I AM very glad to welcome you to Washington and I wish I had the time and opportunity to participate in your meetings, because they are of very great personal as well as official interest to me.
I want to say a word or two to you. You are the younger generation who are going to have in your hands the future of American rural life.
I myself was born on a farm, so I know something about it. This is no news to you who are engaged in the profession of agriculture, but you know perfectly that the odds are a thousand to one against your becoming millionaires as farmers.
But you will be doing something more important than becoming millionaires. You will be building up for future generations the soundest kind of American life and will, I think, know that even though you do not make a great deal of money, the odds are a thousand to one that you will never starve. And you will always have a roof over your heads, and you will have good educational facilities, and that is a great deal more than many in industrial life can be assured of.
I want you all to do all you can to bring home to this country the advantages of rural life. In regard to farming itself, you know we are engaged today for the first time in a program on a very large scale to save the timber supply of this country. We all know the need and necessity for lumber. It is one commodity that is indispensable to us in this country.
We have only a timber supply of the old virgin type to supply the nation for thirty or forty years. We are using up this timber about four times as fast as it grows. There are a great many farmers that have not wooded lots that ought to have them.
I believe this country can be made self-sustaining from the standpoint of its own timber supply. That can be accomplished in the national forests, in the Appalachian and Rocky Mountain forests, where we can grow lumber on a wholesale basis.
Each farm can provide for its own lumber and timber needs. Trees are just as much a crop as wheat, cotton or potatoes or anything else.

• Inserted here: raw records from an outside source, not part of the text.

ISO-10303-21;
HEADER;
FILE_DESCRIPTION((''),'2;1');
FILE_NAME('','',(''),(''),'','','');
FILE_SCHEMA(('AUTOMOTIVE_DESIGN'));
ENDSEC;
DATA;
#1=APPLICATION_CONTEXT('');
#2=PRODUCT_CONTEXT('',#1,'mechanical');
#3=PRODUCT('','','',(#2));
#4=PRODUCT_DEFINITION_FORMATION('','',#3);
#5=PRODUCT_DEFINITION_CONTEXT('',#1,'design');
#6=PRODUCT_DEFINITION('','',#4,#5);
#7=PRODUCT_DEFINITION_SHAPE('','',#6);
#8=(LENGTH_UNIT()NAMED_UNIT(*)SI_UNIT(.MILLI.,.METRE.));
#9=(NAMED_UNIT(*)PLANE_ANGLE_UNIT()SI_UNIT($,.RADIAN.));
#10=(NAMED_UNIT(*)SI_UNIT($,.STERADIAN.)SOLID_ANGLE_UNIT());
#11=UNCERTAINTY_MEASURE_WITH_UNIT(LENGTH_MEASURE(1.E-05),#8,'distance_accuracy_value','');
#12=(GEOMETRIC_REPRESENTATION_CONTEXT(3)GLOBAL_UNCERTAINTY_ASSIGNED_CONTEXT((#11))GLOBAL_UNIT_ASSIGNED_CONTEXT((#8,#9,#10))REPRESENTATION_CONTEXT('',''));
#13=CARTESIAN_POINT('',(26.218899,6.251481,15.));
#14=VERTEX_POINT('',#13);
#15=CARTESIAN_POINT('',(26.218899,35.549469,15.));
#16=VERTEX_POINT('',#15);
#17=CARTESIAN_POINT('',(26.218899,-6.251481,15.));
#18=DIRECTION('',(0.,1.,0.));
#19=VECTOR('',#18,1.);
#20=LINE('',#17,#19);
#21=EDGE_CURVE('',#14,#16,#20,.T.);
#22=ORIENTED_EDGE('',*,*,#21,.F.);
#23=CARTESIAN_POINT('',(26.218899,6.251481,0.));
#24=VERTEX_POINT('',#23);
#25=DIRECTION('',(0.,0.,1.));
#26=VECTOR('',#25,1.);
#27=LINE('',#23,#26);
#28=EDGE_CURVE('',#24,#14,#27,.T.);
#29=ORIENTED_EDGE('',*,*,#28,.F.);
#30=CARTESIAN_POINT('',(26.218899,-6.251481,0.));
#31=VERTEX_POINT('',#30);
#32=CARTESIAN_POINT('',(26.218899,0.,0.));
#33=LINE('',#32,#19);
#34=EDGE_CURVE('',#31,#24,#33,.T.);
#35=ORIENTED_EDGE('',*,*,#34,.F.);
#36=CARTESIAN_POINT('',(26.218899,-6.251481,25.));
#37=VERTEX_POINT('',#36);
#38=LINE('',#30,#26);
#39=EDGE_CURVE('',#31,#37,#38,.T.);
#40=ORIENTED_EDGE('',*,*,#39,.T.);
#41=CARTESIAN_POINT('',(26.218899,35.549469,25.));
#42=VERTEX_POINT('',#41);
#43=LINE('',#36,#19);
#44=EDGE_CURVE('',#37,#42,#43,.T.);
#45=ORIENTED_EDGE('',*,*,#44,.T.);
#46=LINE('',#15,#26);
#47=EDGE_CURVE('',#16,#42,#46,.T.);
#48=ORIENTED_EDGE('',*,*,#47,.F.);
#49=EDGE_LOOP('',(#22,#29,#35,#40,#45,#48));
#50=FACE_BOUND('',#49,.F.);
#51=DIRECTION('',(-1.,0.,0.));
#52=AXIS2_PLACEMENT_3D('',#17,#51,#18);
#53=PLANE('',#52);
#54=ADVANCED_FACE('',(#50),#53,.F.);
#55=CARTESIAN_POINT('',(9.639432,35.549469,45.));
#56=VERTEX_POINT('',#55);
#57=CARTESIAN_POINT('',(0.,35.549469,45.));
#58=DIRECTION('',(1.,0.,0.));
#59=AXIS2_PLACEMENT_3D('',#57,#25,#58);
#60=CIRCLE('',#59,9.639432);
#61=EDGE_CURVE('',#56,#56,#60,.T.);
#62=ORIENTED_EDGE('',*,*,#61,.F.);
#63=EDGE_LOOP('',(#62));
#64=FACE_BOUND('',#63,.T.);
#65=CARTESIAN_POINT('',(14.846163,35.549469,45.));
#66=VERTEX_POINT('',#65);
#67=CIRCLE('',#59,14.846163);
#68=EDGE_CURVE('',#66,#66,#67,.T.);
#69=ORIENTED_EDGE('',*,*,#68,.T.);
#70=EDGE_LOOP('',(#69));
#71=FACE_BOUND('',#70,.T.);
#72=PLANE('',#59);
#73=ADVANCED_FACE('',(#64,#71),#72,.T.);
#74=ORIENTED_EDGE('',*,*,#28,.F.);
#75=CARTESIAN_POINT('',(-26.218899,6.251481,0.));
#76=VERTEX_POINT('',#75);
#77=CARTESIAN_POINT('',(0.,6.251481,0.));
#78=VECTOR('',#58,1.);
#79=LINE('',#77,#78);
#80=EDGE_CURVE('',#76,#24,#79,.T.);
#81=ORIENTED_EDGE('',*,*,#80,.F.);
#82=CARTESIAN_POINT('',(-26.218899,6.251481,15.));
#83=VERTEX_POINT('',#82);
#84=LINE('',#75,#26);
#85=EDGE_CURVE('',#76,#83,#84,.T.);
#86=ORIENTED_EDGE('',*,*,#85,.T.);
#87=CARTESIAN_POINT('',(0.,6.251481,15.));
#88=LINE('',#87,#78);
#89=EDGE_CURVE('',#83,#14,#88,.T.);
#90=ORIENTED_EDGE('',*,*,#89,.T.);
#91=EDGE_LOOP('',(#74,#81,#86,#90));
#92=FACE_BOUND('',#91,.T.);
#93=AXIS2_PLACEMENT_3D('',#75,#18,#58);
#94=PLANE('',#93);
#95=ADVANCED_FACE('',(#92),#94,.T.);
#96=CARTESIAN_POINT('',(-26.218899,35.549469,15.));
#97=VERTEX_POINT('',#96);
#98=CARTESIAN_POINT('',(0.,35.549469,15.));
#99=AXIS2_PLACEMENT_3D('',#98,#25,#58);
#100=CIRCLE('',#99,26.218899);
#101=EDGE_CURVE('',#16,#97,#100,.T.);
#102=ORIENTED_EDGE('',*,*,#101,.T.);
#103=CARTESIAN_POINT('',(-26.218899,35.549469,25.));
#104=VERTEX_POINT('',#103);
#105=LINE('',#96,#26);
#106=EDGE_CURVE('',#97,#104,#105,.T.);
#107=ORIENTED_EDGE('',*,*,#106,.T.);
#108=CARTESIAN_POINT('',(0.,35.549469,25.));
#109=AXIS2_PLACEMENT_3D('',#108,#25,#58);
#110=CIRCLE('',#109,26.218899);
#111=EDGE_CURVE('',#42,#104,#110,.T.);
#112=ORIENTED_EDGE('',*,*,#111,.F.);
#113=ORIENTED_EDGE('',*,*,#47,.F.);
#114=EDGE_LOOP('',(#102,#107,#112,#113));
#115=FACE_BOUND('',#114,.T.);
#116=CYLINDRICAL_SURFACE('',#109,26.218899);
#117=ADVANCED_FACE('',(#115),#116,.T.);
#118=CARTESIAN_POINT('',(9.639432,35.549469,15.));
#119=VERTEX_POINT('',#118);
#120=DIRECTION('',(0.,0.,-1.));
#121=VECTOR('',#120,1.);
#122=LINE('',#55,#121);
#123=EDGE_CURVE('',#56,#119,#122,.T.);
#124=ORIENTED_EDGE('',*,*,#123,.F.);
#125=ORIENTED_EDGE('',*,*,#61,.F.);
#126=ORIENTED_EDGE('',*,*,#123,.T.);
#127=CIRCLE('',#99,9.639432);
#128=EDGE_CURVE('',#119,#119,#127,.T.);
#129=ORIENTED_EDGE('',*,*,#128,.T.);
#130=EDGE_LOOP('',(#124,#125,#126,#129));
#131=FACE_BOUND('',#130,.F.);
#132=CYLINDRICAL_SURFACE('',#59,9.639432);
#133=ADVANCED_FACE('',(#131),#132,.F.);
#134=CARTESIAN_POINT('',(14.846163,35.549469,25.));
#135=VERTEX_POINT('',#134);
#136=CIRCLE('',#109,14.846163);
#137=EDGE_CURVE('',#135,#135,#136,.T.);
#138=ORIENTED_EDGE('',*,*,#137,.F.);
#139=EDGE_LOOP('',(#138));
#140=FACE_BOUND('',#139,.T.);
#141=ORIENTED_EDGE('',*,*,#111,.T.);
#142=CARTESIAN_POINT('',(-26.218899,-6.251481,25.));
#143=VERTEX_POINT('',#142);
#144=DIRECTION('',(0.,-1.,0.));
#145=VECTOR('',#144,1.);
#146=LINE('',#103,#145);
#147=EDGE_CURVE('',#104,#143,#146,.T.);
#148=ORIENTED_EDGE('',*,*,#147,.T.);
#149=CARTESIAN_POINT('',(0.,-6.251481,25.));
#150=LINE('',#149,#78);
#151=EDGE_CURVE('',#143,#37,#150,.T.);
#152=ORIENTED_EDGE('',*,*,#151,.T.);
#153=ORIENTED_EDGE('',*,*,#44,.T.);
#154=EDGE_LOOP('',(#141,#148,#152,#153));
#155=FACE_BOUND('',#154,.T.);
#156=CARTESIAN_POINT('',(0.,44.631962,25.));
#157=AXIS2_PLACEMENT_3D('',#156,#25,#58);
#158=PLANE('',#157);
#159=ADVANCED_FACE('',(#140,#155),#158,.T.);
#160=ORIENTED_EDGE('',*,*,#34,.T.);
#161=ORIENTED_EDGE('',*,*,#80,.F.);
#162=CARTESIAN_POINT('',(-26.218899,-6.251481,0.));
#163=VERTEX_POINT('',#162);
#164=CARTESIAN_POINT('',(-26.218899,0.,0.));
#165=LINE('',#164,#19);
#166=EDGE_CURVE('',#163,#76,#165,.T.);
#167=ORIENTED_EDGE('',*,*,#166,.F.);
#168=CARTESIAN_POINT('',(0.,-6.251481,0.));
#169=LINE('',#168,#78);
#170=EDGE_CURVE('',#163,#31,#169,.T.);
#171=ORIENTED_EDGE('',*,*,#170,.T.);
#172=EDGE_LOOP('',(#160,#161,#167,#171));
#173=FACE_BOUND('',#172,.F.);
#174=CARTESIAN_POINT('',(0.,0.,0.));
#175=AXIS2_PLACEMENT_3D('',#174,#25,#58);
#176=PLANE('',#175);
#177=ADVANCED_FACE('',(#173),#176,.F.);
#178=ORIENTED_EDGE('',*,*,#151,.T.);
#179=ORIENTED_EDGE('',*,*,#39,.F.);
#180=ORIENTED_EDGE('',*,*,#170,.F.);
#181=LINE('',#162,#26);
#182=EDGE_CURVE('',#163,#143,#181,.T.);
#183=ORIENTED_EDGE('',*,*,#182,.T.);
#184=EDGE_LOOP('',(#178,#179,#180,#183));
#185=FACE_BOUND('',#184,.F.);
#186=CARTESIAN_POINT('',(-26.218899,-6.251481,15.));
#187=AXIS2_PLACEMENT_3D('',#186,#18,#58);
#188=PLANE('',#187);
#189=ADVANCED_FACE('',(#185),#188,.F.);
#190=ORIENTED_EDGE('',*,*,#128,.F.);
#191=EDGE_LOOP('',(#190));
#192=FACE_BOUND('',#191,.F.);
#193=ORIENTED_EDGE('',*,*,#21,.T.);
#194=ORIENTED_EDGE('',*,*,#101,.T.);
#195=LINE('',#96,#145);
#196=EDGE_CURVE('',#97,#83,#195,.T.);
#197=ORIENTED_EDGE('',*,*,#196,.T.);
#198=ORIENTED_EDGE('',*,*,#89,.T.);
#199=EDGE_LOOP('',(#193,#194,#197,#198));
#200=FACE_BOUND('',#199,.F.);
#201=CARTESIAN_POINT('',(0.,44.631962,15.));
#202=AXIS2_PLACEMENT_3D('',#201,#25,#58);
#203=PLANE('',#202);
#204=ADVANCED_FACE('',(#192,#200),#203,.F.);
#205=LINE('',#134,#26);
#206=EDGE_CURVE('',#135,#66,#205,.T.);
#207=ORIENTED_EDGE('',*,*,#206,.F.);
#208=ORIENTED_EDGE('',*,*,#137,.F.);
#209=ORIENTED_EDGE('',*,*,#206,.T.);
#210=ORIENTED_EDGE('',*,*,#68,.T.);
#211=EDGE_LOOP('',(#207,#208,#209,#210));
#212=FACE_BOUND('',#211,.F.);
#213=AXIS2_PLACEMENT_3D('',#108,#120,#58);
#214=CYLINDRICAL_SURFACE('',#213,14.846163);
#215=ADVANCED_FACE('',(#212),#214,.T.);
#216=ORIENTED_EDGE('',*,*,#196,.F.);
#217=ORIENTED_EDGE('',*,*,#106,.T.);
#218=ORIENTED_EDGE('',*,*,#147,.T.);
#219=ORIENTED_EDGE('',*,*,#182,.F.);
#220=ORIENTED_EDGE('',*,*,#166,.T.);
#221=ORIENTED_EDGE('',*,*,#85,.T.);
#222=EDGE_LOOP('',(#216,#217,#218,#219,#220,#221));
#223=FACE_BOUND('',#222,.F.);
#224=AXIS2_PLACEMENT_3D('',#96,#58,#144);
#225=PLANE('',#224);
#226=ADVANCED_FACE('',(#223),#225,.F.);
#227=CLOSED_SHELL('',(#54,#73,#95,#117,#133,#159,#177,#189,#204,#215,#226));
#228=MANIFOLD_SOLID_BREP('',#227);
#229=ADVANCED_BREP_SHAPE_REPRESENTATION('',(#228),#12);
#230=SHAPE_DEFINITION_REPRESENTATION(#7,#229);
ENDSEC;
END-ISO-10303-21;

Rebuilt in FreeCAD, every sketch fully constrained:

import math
import FreeCAD as App
import Part
import Sketcher

doc = App.newDocument("Part")
body = doc.addObject("PartDesign::Body", "Body")

# Sketch on XY plane
sketch1 = body.newObject("Sketcher::SketchObject", "Sketch")
sketch1.AttachmentSupport = (doc.getObject("XY_Plane"), [""])
sketch1.MapMode = "FlatFace"
sketch1.addGeometry([
    Part.LineSegment(App.Vector(-26.218899, 6.251481, 0), App.Vector(-26.218899, -6.251481, 0)),
    Part.LineSegment(App.Vector(-26.218899, -6.251481, 0), App.Vector(26.218899, -6.251481, 0)),
    Part.LineSegment(App.Vector(26.218899, -6.251481, 0), App.Vector(26.218899, 6.251481, 0)),
    Part.LineSegment(App.Vector(26.218899, 6.251481, 0), App.Vector(-26.218899, 6.251481, 0)),
], False)
sketch1.addConstraint([
    Sketcher.Constraint("Coincident", 0, 2, 1, 1),
    Sketcher.Constraint("Coincident", 1, 2, 2, 1),
    Sketcher.Constraint("Coincident", 2, 2, 3, 1),
    Sketcher.Constraint("Coincident", 3, 2, 0, 1),
    Sketcher.Constraint("Vertical", 0),
    Sketcher.Constraint("Horizontal", 1),
    Sketcher.Constraint("Vertical", 2),
    Sketcher.Constraint("Horizontal", 3),
    Sketcher.Constraint("Symmetric", 0, 2, 2, 2, -1, 1),
    Sketcher.Constraint("DistanceX", 0, 2, -1, 1, 26.218899),
    Sketcher.Constraint("DistanceY", 0, 2, 0, 1, 12.502962),
])
pad1 = body.newObject("PartDesign::Pad", "Pad")
pad1.Profile = sketch1
pad1.Length = 15

# Sketch on XY plane
sketch2 = body.newObject("Sketcher::SketchObject", "Sketch001")
sketch2.AttachmentSupport = (doc.getObject("XY_Plane"), [""])
sketch2.MapMode = "FlatFace"
sketch2.AttachmentOffset = App.Placement(App.Vector(0, 0, 15), App.Rotation())
sketch2.addGeometry([
    Part.LineSegment(App.Vector(-26.218899, 35.549469, 0), App.Vector(-26.218899, -6.251481, 0)),
    Part.LineSegment(App.Vector(-26.218899, -6.251481, 0), App.Vector(26.218899, -6.251481, 0)),
    Part.LineSegment(App.Vector(26.218899, -6.251481, 0), App.Vector(26.218899, 35.549469, 0)),
    Part.LineSegment(App.Vector(26.218899, 35.549469, 0), App.Vector(-26.218899, 35.549469, 0)),
], False)
sketch2.addConstraint([
    Sketcher.Constraint("Coincident", 0, 2, 1, 1),
    Sketcher.Constraint("Coincident", 1, 2, 2, 1),
    Sketcher.Constraint("Coincident", 2, 2, 3, 1),
    Sketcher.Constraint("Coincident", 3, 2, 0, 1),
    Sketcher.Constraint("Vertical", 0),
    Sketcher.Constraint("Horizontal", 1),
    Sketcher.Constraint("Vertical", 2),
    Sketcher.Constraint("Horizontal", 3),
    Sketcher.Constraint("DistanceY", 0, 2, 0, 1, 41.80095),
    Sketcher.Constraint("DistanceX", 0, 2, -1, 1, 26.218899),
    Sketcher.Constraint("DistanceX", -1, 1, 1, 2, 26.218899),
    Sketcher.Constraint("DistanceY", 0, 2, -1, 1, 6.251481),
])
pad2 = body.newObject("PartDesign::Pad", "Pad001")
pad2.Profile = sketch2
pad2.Length = 10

There are going to be more and more people living in the cities or living in small places who will see the advantages of living on farms, and you may be quite sure that what you are doing today is going to make for a better-rounded national life.
So let me tell you that you are performing a real service for the future of the country. You are doing a fine job. Go back home to your States and counties and keep up the good work. It has been fine to see you. Many thanks.